**INSTRUCTIONS TO FOLLOW:**
Of all the lines below, output only those starting at the one with "v 5 30.794 21.309" and ending at the one with "f 201 48 45", both ends included, exactly as written.

Stored data entries
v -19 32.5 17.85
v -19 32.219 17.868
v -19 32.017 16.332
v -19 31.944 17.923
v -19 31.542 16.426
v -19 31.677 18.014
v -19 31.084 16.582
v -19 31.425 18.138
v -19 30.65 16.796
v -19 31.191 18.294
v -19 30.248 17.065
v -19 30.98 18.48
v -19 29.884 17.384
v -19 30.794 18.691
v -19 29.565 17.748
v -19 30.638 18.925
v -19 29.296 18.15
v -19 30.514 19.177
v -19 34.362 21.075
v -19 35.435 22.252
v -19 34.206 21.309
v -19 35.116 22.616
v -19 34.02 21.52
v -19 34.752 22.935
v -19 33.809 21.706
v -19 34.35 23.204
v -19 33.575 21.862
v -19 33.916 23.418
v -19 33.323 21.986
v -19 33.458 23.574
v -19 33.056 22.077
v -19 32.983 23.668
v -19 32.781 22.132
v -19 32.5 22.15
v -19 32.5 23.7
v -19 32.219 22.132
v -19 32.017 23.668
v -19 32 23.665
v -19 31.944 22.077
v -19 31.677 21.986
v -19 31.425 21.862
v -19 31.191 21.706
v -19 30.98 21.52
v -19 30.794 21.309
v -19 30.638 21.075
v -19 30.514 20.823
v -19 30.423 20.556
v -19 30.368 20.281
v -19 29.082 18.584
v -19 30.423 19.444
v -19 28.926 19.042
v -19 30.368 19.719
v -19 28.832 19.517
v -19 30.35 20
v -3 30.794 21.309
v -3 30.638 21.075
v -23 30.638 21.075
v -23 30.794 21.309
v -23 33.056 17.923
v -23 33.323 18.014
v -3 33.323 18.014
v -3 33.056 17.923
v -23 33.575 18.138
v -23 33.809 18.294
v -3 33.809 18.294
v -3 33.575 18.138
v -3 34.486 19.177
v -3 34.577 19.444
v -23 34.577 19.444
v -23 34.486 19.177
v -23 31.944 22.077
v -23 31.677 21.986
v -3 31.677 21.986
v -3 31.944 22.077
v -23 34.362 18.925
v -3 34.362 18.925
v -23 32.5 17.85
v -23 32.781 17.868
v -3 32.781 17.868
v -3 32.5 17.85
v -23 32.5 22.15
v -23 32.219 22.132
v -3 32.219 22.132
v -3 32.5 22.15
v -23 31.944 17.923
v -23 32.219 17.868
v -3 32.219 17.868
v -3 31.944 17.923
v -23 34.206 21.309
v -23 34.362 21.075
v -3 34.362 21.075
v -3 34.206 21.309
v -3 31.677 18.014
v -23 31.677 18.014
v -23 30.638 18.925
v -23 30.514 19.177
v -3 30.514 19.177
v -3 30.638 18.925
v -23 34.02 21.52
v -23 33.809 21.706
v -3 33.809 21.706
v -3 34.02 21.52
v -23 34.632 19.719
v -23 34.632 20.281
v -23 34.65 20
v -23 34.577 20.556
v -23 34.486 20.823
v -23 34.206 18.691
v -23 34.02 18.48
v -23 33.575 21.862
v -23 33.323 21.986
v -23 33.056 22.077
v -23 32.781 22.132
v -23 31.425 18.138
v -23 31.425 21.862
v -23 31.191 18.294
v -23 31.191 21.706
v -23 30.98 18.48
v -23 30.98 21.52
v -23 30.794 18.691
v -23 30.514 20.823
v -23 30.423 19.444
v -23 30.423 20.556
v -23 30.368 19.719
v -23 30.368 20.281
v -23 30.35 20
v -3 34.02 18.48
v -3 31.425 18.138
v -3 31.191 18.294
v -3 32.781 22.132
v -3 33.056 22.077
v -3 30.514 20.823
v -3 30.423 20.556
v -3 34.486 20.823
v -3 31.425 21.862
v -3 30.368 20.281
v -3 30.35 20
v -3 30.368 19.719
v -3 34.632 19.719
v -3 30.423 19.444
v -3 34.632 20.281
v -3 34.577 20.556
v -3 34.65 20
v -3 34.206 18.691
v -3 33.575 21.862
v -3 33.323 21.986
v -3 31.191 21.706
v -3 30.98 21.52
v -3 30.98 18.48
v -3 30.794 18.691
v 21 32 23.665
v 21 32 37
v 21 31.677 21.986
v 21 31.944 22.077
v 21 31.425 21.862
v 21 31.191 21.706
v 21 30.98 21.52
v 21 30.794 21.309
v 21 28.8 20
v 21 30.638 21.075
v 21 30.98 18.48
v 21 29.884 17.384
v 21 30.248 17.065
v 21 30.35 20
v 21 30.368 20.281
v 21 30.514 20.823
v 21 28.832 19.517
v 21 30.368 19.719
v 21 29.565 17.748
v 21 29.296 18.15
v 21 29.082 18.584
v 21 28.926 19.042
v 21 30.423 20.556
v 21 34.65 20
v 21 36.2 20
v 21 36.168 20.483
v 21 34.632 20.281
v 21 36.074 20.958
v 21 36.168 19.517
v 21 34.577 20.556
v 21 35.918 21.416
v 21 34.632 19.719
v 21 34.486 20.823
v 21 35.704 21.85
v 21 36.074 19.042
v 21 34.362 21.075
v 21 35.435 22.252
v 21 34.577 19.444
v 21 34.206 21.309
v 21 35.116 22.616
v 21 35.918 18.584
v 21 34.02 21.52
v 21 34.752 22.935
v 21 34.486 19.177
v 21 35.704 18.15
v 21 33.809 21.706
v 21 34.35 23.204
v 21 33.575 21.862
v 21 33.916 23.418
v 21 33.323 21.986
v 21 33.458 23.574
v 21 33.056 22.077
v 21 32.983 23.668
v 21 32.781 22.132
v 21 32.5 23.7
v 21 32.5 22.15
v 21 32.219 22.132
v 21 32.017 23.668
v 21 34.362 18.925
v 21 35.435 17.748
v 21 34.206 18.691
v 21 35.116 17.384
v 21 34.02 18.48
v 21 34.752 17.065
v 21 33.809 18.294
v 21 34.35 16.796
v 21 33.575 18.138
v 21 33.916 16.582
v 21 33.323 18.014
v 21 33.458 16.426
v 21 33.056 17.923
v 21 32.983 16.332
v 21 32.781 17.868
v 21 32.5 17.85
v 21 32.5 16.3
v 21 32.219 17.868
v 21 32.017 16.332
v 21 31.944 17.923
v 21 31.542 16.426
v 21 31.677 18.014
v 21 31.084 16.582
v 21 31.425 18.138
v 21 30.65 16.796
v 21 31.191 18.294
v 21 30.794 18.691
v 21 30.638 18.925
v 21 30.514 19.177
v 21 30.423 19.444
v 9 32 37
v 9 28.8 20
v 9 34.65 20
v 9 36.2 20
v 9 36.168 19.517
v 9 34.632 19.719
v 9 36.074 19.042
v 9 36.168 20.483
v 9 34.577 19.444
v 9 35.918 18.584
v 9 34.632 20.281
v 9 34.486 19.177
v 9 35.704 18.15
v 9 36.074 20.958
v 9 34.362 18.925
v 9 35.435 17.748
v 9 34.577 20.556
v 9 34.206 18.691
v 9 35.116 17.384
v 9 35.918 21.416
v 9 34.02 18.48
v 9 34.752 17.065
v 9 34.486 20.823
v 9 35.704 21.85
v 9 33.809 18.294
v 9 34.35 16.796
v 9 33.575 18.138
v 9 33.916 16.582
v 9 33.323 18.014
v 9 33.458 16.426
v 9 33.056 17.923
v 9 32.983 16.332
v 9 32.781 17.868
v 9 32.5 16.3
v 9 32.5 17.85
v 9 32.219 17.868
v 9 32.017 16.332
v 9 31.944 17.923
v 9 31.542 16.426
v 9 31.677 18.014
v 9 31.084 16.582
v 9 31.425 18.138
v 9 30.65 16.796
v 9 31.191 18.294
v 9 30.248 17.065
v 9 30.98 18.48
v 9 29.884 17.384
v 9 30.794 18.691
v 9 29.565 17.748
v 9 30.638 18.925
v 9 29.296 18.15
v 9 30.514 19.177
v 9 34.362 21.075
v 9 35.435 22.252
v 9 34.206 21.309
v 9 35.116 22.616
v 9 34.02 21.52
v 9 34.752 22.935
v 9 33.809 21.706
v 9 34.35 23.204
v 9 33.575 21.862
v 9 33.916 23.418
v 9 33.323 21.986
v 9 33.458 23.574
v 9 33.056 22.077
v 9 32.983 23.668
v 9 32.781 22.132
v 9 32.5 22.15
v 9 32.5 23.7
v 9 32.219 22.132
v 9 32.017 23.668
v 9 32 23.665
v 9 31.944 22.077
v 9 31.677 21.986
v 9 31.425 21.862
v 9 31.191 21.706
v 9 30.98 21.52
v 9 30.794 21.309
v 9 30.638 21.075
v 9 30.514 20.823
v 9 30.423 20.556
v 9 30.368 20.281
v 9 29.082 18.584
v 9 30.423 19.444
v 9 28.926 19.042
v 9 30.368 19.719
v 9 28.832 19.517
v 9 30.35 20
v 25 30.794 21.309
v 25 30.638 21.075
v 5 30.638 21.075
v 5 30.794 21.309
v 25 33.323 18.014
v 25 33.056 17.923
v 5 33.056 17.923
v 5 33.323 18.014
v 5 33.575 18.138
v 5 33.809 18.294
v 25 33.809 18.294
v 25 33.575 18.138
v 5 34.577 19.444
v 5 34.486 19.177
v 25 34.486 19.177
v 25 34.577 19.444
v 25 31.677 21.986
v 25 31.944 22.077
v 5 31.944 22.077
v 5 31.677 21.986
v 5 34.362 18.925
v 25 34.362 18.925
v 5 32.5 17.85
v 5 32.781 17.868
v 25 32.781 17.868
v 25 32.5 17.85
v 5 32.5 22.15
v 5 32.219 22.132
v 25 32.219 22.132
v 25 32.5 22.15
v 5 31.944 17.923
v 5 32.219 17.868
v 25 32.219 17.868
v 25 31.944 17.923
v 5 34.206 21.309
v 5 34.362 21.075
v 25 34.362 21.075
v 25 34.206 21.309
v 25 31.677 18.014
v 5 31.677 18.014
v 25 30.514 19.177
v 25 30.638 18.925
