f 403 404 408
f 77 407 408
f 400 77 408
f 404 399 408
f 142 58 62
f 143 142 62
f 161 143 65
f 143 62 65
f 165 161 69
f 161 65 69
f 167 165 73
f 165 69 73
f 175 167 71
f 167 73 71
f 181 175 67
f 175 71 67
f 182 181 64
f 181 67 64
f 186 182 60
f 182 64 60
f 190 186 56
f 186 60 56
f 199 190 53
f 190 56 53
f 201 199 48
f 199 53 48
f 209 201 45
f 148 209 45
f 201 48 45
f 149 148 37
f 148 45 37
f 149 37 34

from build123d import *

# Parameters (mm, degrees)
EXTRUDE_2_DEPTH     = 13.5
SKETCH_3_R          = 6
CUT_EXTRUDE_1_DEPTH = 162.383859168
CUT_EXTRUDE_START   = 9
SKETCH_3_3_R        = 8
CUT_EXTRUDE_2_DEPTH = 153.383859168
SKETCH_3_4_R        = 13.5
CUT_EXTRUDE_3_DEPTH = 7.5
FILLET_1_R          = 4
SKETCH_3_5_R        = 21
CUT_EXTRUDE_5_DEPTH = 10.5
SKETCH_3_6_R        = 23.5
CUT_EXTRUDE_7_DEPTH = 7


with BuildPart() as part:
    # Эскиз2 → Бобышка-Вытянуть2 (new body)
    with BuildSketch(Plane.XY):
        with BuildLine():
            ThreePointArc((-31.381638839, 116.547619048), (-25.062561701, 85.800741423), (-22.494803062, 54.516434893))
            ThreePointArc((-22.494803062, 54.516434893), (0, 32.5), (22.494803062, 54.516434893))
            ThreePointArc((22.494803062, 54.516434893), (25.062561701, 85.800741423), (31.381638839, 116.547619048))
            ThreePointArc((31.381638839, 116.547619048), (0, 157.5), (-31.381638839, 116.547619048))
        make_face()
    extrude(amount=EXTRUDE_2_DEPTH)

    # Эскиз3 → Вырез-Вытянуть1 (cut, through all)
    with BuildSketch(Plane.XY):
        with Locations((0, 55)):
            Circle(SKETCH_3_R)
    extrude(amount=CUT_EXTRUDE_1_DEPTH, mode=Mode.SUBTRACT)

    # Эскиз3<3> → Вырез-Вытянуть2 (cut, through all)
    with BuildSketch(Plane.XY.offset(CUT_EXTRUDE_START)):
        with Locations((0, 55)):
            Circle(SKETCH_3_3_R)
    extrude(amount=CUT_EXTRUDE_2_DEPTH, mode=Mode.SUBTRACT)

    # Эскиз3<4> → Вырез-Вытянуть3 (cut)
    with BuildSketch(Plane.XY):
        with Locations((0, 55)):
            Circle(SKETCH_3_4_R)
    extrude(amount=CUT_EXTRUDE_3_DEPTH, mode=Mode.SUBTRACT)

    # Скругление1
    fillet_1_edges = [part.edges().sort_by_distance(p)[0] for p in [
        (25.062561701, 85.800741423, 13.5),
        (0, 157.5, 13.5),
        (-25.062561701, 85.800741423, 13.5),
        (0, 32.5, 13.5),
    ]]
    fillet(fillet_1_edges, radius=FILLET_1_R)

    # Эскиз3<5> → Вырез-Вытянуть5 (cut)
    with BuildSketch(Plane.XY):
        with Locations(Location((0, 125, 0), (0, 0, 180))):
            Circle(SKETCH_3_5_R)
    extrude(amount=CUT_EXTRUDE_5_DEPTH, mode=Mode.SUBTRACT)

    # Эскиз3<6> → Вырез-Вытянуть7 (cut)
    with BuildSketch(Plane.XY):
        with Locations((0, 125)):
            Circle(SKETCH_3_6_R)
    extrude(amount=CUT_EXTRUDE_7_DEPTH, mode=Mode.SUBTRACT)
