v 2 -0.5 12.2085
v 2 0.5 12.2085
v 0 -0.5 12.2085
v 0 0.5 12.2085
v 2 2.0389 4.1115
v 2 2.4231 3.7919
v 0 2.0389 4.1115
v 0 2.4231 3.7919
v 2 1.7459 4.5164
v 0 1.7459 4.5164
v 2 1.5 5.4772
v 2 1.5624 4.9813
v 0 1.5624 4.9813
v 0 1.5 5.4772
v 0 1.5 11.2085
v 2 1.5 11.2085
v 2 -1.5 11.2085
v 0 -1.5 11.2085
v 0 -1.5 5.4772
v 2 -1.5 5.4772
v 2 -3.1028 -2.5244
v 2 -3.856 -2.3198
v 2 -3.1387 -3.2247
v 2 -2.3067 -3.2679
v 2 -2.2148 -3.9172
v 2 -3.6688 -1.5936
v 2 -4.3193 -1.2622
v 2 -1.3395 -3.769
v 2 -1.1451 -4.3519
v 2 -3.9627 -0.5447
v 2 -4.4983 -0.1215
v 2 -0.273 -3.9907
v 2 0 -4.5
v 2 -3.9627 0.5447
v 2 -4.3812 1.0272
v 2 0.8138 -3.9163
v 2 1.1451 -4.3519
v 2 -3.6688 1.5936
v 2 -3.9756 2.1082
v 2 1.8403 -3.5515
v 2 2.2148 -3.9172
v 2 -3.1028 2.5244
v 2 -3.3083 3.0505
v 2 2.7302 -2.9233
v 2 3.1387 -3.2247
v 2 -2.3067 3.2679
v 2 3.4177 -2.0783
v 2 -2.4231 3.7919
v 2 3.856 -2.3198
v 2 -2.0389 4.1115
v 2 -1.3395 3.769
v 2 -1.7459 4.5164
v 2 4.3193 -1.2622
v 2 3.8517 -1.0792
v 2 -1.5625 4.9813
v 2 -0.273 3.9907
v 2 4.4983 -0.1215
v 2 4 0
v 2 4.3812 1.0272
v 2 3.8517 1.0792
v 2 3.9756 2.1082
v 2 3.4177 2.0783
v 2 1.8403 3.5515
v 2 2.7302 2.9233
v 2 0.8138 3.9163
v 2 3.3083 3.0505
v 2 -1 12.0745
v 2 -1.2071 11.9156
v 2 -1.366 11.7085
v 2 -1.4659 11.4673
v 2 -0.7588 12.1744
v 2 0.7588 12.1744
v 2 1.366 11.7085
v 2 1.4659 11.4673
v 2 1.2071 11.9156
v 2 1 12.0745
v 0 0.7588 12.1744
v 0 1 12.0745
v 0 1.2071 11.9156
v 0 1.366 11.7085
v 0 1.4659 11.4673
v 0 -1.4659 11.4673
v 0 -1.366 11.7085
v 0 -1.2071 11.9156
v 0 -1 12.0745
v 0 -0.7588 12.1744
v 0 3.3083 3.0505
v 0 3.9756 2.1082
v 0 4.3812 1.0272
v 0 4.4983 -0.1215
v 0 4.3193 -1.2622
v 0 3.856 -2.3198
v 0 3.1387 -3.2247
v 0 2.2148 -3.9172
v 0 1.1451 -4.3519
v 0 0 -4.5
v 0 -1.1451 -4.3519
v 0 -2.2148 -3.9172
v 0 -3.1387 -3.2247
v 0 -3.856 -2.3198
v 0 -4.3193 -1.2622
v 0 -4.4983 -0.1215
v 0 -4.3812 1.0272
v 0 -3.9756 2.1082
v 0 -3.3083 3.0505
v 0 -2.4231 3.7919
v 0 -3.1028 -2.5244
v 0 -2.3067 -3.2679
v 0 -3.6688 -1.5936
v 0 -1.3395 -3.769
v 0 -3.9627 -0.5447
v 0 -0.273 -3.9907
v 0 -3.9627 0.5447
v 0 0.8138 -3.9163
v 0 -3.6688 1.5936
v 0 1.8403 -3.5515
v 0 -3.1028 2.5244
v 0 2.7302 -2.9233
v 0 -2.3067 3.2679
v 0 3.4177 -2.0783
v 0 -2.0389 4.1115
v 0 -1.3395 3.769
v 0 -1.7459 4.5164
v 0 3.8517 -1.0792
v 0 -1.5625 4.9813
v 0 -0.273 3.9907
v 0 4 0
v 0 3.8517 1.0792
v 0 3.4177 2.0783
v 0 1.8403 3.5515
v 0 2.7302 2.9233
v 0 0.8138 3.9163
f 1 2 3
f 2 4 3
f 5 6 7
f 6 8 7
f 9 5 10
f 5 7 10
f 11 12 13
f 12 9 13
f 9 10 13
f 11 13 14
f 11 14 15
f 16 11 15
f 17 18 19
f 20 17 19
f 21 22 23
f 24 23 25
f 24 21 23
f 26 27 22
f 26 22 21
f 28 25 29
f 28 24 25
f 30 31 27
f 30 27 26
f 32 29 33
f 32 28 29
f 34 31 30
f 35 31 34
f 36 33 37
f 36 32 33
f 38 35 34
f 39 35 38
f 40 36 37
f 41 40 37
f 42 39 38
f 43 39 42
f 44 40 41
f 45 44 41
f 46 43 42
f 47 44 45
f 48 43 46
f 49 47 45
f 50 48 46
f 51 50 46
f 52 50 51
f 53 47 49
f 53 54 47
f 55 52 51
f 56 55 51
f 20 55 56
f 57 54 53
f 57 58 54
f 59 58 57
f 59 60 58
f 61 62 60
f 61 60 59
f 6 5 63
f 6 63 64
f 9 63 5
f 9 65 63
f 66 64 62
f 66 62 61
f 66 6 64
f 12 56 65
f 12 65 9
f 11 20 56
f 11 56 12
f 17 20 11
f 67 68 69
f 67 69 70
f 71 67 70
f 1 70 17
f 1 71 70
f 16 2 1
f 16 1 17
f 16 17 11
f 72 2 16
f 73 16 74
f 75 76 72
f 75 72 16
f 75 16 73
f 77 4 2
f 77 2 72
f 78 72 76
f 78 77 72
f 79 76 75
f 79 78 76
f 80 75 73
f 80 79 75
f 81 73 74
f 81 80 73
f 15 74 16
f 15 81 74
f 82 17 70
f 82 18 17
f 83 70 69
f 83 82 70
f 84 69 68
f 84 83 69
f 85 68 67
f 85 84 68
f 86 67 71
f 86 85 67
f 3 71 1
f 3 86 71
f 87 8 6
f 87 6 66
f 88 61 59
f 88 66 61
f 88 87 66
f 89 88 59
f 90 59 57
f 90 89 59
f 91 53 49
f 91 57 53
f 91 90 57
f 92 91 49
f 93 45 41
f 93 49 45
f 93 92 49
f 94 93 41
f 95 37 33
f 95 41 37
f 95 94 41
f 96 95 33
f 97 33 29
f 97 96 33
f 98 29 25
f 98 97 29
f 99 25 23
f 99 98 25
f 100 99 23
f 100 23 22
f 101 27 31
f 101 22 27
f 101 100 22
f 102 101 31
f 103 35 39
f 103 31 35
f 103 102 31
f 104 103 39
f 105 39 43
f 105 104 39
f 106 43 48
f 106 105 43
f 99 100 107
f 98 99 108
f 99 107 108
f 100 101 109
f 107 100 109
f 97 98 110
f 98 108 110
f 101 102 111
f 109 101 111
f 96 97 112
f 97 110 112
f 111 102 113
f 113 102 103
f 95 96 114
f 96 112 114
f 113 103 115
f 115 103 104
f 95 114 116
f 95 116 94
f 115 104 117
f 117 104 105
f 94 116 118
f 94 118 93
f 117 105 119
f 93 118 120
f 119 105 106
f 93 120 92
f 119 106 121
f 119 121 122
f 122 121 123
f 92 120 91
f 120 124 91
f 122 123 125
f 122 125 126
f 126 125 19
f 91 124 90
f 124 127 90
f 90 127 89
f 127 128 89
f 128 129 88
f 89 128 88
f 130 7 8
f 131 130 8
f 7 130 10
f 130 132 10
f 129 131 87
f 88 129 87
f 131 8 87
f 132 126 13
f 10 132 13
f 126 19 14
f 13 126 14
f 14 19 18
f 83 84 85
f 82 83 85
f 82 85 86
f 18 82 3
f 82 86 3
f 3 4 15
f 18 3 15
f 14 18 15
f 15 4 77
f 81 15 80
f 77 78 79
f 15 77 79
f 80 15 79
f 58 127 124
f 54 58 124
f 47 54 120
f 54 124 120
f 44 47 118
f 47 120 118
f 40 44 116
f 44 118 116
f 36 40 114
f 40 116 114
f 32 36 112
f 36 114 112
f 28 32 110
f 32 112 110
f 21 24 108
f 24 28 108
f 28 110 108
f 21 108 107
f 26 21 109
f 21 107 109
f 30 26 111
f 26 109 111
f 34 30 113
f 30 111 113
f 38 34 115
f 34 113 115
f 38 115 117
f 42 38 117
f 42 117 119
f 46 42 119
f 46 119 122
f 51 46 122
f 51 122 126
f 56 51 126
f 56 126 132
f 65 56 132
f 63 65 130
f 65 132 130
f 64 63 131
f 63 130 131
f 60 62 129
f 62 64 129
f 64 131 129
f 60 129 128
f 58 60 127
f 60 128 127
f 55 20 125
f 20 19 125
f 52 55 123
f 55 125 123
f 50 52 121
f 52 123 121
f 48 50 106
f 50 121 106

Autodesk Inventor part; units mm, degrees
ref_plane "YZ Plane" through (0, 0, 0) normal (1, 0, 0) x (0, 1, 0)
ref_plane "XZ Plane" through (0, 0, 0) normal (0, 1, 0) x (-1, 0, 0)
ref_plane "XY Plane" through (0, 0, 0) normal (0, 0, 1) x (1, 0, 0)
sketch "Sketch1" plane through (0, 0, 0) normal (1, 0, 0) x (0, 1, 0)
  circle A0 centre (0, 0) radius 4
  arc A1 (-2.4231, 3.7919) -> (2.4231, 3.7919) centre (0, 0) ccw
  line L0 (-1.5, 11.2085) -> (-1.5, 5.4772)
  line L1 (1.5, 5.4772) -> (1.5, 11.2085)
  arc A2 (1.5, 5.4772) -> (2.4231, 3.7919) centre (3.5, 5.4772) ccw
  arc A3 (-2.4231, 3.7919) -> (-1.5, 5.4772) centre (-3.5, 5.4772) ccw
  line L2 (0.5, 12.2085) -> (-0.5, 12.2085)
  arc A4 (1.5, 11.2085) -> (0.5, 12.2085) centre (0.5, 11.2085) ccw
  arc A5 (-0.5, 12.2085) -> (-1.5, 11.2085) centre (-0.5, 11.2085) ccw
  point P0 (-1.5, 4.2426)
  point P1 (1.5, 4.2426)
  dimension "d0" = 8
  dimension "d1" = 9
  dimension "d4" = 2
  dimension "d8" = 1
extrude "Extrusion1" add sketch "Sketch1" along normal blind 2
properties part number "_3DPrint"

**SOLUTION BELOW:**
v 5 30.794 21.309
v 25 33.323 18.014
v 25 33.056 17.923
v 5 33.056 17.923
v 5 33.323 18.014
v 5 33.575 18.138
v 5 33.809 18.294
v 25 33.809 18.294
v 25 33.575 18.138
v 5 34.577 19.444
v 5 34.486 19.177
v 25 34.486 19.177
v 25 34.577 19.444
v 25 31.677 21.986
v 25 31.944 22.077
v 5 31.944 22.077
v 5 31.677 21.986
v 5 34.362 18.925
v 25 34.362 18.925
v 5 32.5 17.85
v 5 32.781 17.868
v 25 32.781 17.868
v 25 32.5 17.85
v 5 32.5 22.15
v 5 32.219 22.132
v 25 32.219 22.132
v 25 32.5 22.15
v 5 31.944 17.923
v 5 32.219 17.868
v 25 32.219 17.868
v 25 31.944 17.923
v 5 34.206 21.309
v 5 34.362 21.075
v 25 34.362 21.075
v 25 34.206 21.309
v 25 31.677 18.014
v 5 31.677 18.014
v 25 30.514 19.177
v 25 30.638 18.925
f 403 404 408
f 77 407 408
f 400 77 408
f 404 399 408
f 142 58 62
f 143 142 62
f 161 143 65
f 143 62 65
f 165 161 69
f 161 65 69
f 167 165 73
f 165 69 73
f 175 167 71
f 167 73 71
f 181 175 67
f 175 71 67
f 182 181 64
f 181 67 64
f 186 182 60
f 182 64 60
f 190 186 56
f 186 60 56
f 199 190 53
f 190 56 53
f 201 199 48
f 199 53 48
f 209 201 45
f 148 209 45
f 201 48 45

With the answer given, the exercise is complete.